То был отработанный всеми сторонами прием. Заливаясь горючими слезами, вытирая запястьем искривленный мокрый рот, тоненькая девочка в черном трико — мало похожий на будущую женщину червячок — стремилась в полутьму раздевалки. Здесь она искала убежища. Здесь по безутешным всхлипам отыскивала ребенка пожилая уборщица тетя Маня. Эта старушка с мягкими руками и мягкой грудью неведомо откуда и как знала именно те несколько добрых слов, которых так ждала, надрываясь горем, девочка — волшебных по своей чудесной умиротворенности слов.
Утром школа — литература, геометрия, потом балетный класс, фортепьяно — рано начатый день кончался затемно, не оставляя времени ни на что постороннее. И вожделенная булочка с маком означала устойчивость раз заведенного порядка — и сам порядок, и отдушину в нем. С течением лет появилось кофе с молоком — полный стакан, которого хватало на несколько блаженно растянутых минут. Потом — черный кофе. Неизменная чашечка поутру в магазине «Хлеб», которую нельзя было уже заменить ничем иным. Никакой иной кофе, никакая иная чашка и никакое иное место — ни дом, ни буфет театра — не давали ей то ощущение глубокого вздоха перед началом плотно упакованного дня, какое давал ей возведенный в обычай визит в хлебный.
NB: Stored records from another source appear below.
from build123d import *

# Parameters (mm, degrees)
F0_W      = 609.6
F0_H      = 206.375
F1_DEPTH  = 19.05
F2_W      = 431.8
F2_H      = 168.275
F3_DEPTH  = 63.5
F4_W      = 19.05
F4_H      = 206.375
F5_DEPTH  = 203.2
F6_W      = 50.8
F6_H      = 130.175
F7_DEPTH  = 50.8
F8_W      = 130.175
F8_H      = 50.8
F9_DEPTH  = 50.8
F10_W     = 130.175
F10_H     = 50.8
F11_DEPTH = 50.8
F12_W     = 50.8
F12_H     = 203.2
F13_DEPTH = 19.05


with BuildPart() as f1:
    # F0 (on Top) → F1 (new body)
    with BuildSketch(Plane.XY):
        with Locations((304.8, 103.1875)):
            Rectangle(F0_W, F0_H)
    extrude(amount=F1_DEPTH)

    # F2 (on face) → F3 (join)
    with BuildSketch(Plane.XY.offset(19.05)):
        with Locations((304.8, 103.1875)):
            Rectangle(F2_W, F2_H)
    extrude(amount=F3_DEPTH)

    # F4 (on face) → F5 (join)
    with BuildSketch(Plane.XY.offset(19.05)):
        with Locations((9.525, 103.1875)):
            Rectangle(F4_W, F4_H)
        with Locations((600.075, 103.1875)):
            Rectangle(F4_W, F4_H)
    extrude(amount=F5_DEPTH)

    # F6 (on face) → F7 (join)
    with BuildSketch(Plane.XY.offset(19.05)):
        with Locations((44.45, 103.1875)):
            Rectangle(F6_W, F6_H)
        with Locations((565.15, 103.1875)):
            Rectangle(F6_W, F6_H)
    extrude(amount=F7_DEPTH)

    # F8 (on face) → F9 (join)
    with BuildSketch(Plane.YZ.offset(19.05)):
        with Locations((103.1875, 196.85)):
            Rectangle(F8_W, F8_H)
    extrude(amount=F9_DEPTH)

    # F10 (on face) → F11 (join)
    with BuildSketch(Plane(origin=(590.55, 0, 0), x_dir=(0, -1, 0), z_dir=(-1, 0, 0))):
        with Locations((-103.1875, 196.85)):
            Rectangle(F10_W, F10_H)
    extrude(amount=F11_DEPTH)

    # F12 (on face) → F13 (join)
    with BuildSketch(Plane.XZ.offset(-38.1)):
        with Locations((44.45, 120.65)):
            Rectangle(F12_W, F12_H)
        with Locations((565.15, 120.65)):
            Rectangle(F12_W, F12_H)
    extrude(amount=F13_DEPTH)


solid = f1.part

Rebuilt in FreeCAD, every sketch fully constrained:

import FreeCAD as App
import Part
import Sketcher

V = App.Vector
Q = App.Units.Quantity

doc = App.newDocument("Part")
body = doc.addObject("PartDesign::Body", "Body")

# Sketch on XY plane
sketch1 = body.newObject("Sketcher::SketchObject", "Sketch")
sketch1.AttachmentSupport = (doc.getObject("XY_Plane"), [""])
sketch1.MapMode = "FlatFace"
sketch1.addGeometry(Part.LineSegment(V(0, 206, 0), V(0, 0, 0)), False)
sketch1.addGeometry(Part.LineSegment(V(0, 0, 0), V(610, 0, 0)), False)
sketch1.addGeometry(Part.LineSegment(V(610, 0, 0), V(610, 206, 0)), False)
sketch1.addGeometry(Part.LineSegment(V(610, 206, 0), V(0, 206, 0)), False)
sketch1.addConstraint(Sketcher.Constraint("Coincident", 0, 2, 1, 1))
sketch1.addConstraint(Sketcher.Constraint("Coincident", 1, 2, 2, 1))
sketch1.addConstraint(Sketcher.Constraint("Coincident", 2, 2, 3, 1))
sketch1.addConstraint(Sketcher.Constraint("Coincident", 3, 2, 0, 1))
sketch1.addConstraint(Sketcher.Constraint("Vertical", 0))
sketch1.addConstraint(Sketcher.Constraint("Horizontal", 1))
sketch1.addConstraint(Sketcher.Constraint("Vertical", 2))
sketch1.addConstraint(Sketcher.Constraint("Horizontal", 3))
sketch1.addConstraint(Sketcher.Constraint("Coincident", 0, 2, -1, 1))
sketch1.addConstraint(Sketcher.Constraint("DistanceX", 1, 1, 1, 2, Q("24 in")))
sketch1.addConstraint(Sketcher.Constraint("DistanceY", 0, 2, 0, 1, Q("8.125 in")))
pad1 = body.newObject("PartDesign::Pad", "Pad")
pad1.Profile = sketch1
pad1.Length = Q("0.75 in")

# Sketch on XY plane
sketch2 = body.newObject("Sketcher::SketchObject", "Sketch001")
sketch2.AttachmentSupport = (doc.getObject("XY_Plane"), [""])
sketch2.MapMode = "FlatFace"
sketch2.AttachmentOffset = App.Placement(V(0, 0, 0.75 * 25.4), App.Rotation())
sketch2.addGeometry(Part.LineSegment(V(89, 187, 0), V(89, 19, 0)), False)
sketch2.addGeometry(Part.LineSegment(V(89, 19, 0), V(521, 19, 0)), False)
sketch2.addGeometry(Part.LineSegment(V(521, 19, 0), V(521, 187, 0)), False)
sketch2.addGeometry(Part.LineSegment(V(521, 187, 0), V(89, 187, 0)), False)
sketch2.addConstraint(Sketcher.Constraint("Coincident", 0, 2, 1, 1))
sketch2.addConstraint(Sketcher.Constraint("Coincident", 1, 2, 2, 1))
sketch2.addConstraint(Sketcher.Constraint("Coincident", 2, 2, 3, 1))
sketch2.addConstraint(Sketcher.Constraint("Coincident", 3, 2, 0, 1))
sketch2.addConstraint(Sketcher.Constraint("Vertical", 0))
sketch2.addConstraint(Sketcher.Constraint("Horizontal", 1))
sketch2.addConstraint(Sketcher.Constraint("Vertical", 2))
sketch2.addConstraint(Sketcher.Constraint("Horizontal", 3))
sketch2.addConstraint(Sketcher.Constraint("DistanceX", 1, 1, 1, 2, Q("17 in")))
sketch2.addConstraint(Sketcher.Constraint("DistanceX", -1, 1, 0, 2, Q("3.5 in")))
sketch2.addConstraint(Sketcher.Constraint("DistanceY", 0, 2, 0, 1, Q("6.625 in")))
sketch2.addConstraint(Sketcher.Constraint("DistanceY", -1, 1, 0, 2, Q("0.75 in")))
pad2 = body.newObject("PartDesign::Pad", "Pad001")
pad2.Profile = sketch2
pad2.Length = Q("2.5 in")

# Sketch on XY plane
sketch3 = body.newObject("Sketcher::SketchObject", "Sketch002")
sketch3.AttachmentSupport = (doc.getObject("XY_Plane"), [""])
sketch3.MapMode = "FlatFace"
sketch3.AttachmentOffset = App.Placement(V(0, 0, 0.75 * 25.4), App.Rotation())
sketch3.addGeometry(Part.LineSegment(V(0, 206, 0), V(0, 0, 0)), False)
sketch3.addGeometry(Part.LineSegment(V(0, 0, 0), V(19, 0, 0)), False)
sketch3.addGeometry(Part.LineSegment(V(19, 0, 0), V(19, 206, 0)), False)
sketch3.addGeometry(Part.LineSegment(V(19, 206, 0), V(0, 206, 0)), False)
sketch3.addGeometry(Part.LineSegment(V(591, 206, 0), V(591, 0, 0)), False)
sketch3.addGeometry(Part.LineSegment(V(591, 0, 0), V(610, 0, 0)), False)
sketch3.addGeometry(Part.LineSegment(V(610, 0, 0), V(610, 206, 0)), False)
sketch3.addGeometry(Part.LineSegment(V(610, 206, 0), V(591, 206, 0)), False)
sketch3.addConstraint(Sketcher.Constraint("Coincident", 0, 2, 1, 1))
sketch3.addConstraint(Sketcher.Constraint("Coincident", 1, 2, 2, 1))
sketch3.addConstraint(Sketcher.Constraint("Coincident", 2, 2, 3, 1))
sketch3.addConstraint(Sketcher.Constraint("Coincident", 3, 2, 0, 1))
sketch3.addConstraint(Sketcher.Constraint("Coincident", 4, 2, 5, 1))
sketch3.addConstraint(Sketcher.Constraint("Coincident", 5, 2, 6, 1))
sketch3.addConstraint(Sketcher.Constraint("Coincident", 6, 2, 7, 1))
sketch3.addConstraint(Sketcher.Constraint("Coincident", 7, 2, 4, 1))
sketch3.addConstraint(Sketcher.Constraint("Vertical", 0))
sketch3.addConstraint(Sketcher.Constraint("Horizontal", 1))
sketch3.addConstraint(Sketcher.Constraint("Vertical", 2))
sketch3.addConstraint(Sketcher.Constraint("Horizontal", 3))
sketch3.addConstraint(Sketcher.Constraint("Vertical", 4))
sketch3.addConstraint(Sketcher.Constraint("Horizontal", 5))
sketch3.addConstraint(Sketcher.Constraint("Vertical", 6))
sketch3.addConstraint(Sketcher.Constraint("Horizontal", 7))
sketch3.addConstraint(Sketcher.Constraint("Coincident", 0, 2, -1, 1))
sketch3.addConstraint(Sketcher.Constraint("PointOnObject", 4, 2, -1))
sketch3.addConstraint(Sketcher.Constraint("Horizontal", 3, 2, 6, 2))
sketch3.addConstraint(Sketcher.Constraint("Equal", 3, 5))
sketch3.addConstraint(Sketcher.Constraint("DistanceX", -1, 1, 5, 2, Q("24 in")))
sketch3.addConstraint(Sketcher.Constraint("DistanceX", 1, 1, 1, 2, Q("0.75 in")))
sketch3.addConstraint(Sketcher.Constraint("DistanceY", 0, 2, 0, 1, Q("8.125 in")))
pad3 = body.newObject("PartDesign::Pad", "Pad002")
pad3.Profile = sketch3
pad3.Length = Q("8 in")

# Sketch on XY plane
sketch4 = body.newObject("Sketcher::SketchObject", "Sketch003")
sketch4.AttachmentSupport = (doc.getObject("XY_Plane"), [""])
sketch4.MapMode = "FlatFace"
sketch4.AttachmentOffset = App.Placement(V(0, 0, 0.75 * 25.4), App.Rotation())
sketch4.addGeometry(Part.LineSegment(V(19, 168, 0), V(19, 38, 0)), False)
sketch4.addGeometry(Part.LineSegment(V(19, 38, 0), V(70, 38, 0)), False)
sketch4.addGeometry(Part.LineSegment(V(70, 38, 0), V(70, 168, 0)), False)
sketch4.addGeometry(Part.LineSegment(V(70, 168, 0), V(19, 168, 0)), False)
sketch4.addGeometry(Part.LineSegment(V(540, 168, 0), V(540, 38, 0)), False)
sketch4.addGeometry(Part.LineSegment(V(540, 38, 0), V(591, 38, 0)), False)
sketch4.addGeometry(Part.LineSegment(V(591, 38, 0), V(591, 168, 0)), False)
sketch4.addGeometry(Part.LineSegment(V(591, 168, 0), V(540, 168, 0)), False)
sketch4.addConstraint(Sketcher.Constraint("Coincident", 0, 2, 1, 1))
sketch4.addConstraint(Sketcher.Constraint("Coincident", 1, 2, 2, 1))
sketch4.addConstraint(Sketcher.Constraint("Coincident", 2, 2, 3, 1))
sketch4.addConstraint(Sketcher.Constraint("Coincident", 3, 2, 0, 1))
sketch4.addConstraint(Sketcher.Constraint("Coincident", 4, 2, 5, 1))
sketch4.addConstraint(Sketcher.Constraint("Coincident", 5, 2, 6, 1))
sketch4.addConstraint(Sketcher.Constraint("Coincident", 6, 2, 7, 1))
Она предпочитала скорее опоздать на урок в театре, неизменный класс в десять утра, — получить замечание, краснеть и оправдываться, чем остаться без этого жизненно необходимого ей глотка.
За двадцать шесть лет магазин раза два или три менял обличье: перекрасили стены, убрали неоновые плетения вывески, заменили прилавки, кассовые аппараты, — и вместе с этими переворотами, иногда радикальными, иногда мелкими, заметными лишь пристрастному взгляду, менялась жизнь Анечки — Ани — Анны Антоновой. Антоновой-Руткевич и снова Антоновой. Она окончила училище, отказалась от предложения в Музкомедию, куда ее звали сразу же на ведущие партии, и пошла к Колмогорову, в кордебалет, где нужно было «грызть палку», чтобы выбиться. В ту пору подъема, в восьмидесятых годах, в театре насчитывалось семь ведущих пар и пятнадцать солисток. То есть солисток хватало с избытком. Она пришла и, оглядев переполненный репетиционный зал, стала в дальний и тесный угол — у палки не оставалось места. Она сходила замуж за драматического актера Руткевича, — это было много для нее значившее, растянувшееся более чем на десять лет событие — сходила и вернулась. Она родила девочку — и вернулась. Она сходила за границу, в Варшаву, где ей обещали опять же ведущие партии, тогда как здесь, у Колмогорова, она все еще не могла выбиться из двоек, троек, четверок, из разнообразных подруг, которые окружали главных, срывающих рукоплескания героинь. Сходила в Варшаву, заработала тем нервную горячку, и опрометью, зажмурив глаза, бежала, когда осталось лишь подписать контракт. Бежала позорно, с бьющимся от ужаса сердцем, как невеста из-под венца, бежала и вернулась к своему хлебному. Чтобы дрожащей от пережитого рукой взять чашечку кофе и отнести ее к высокому столику.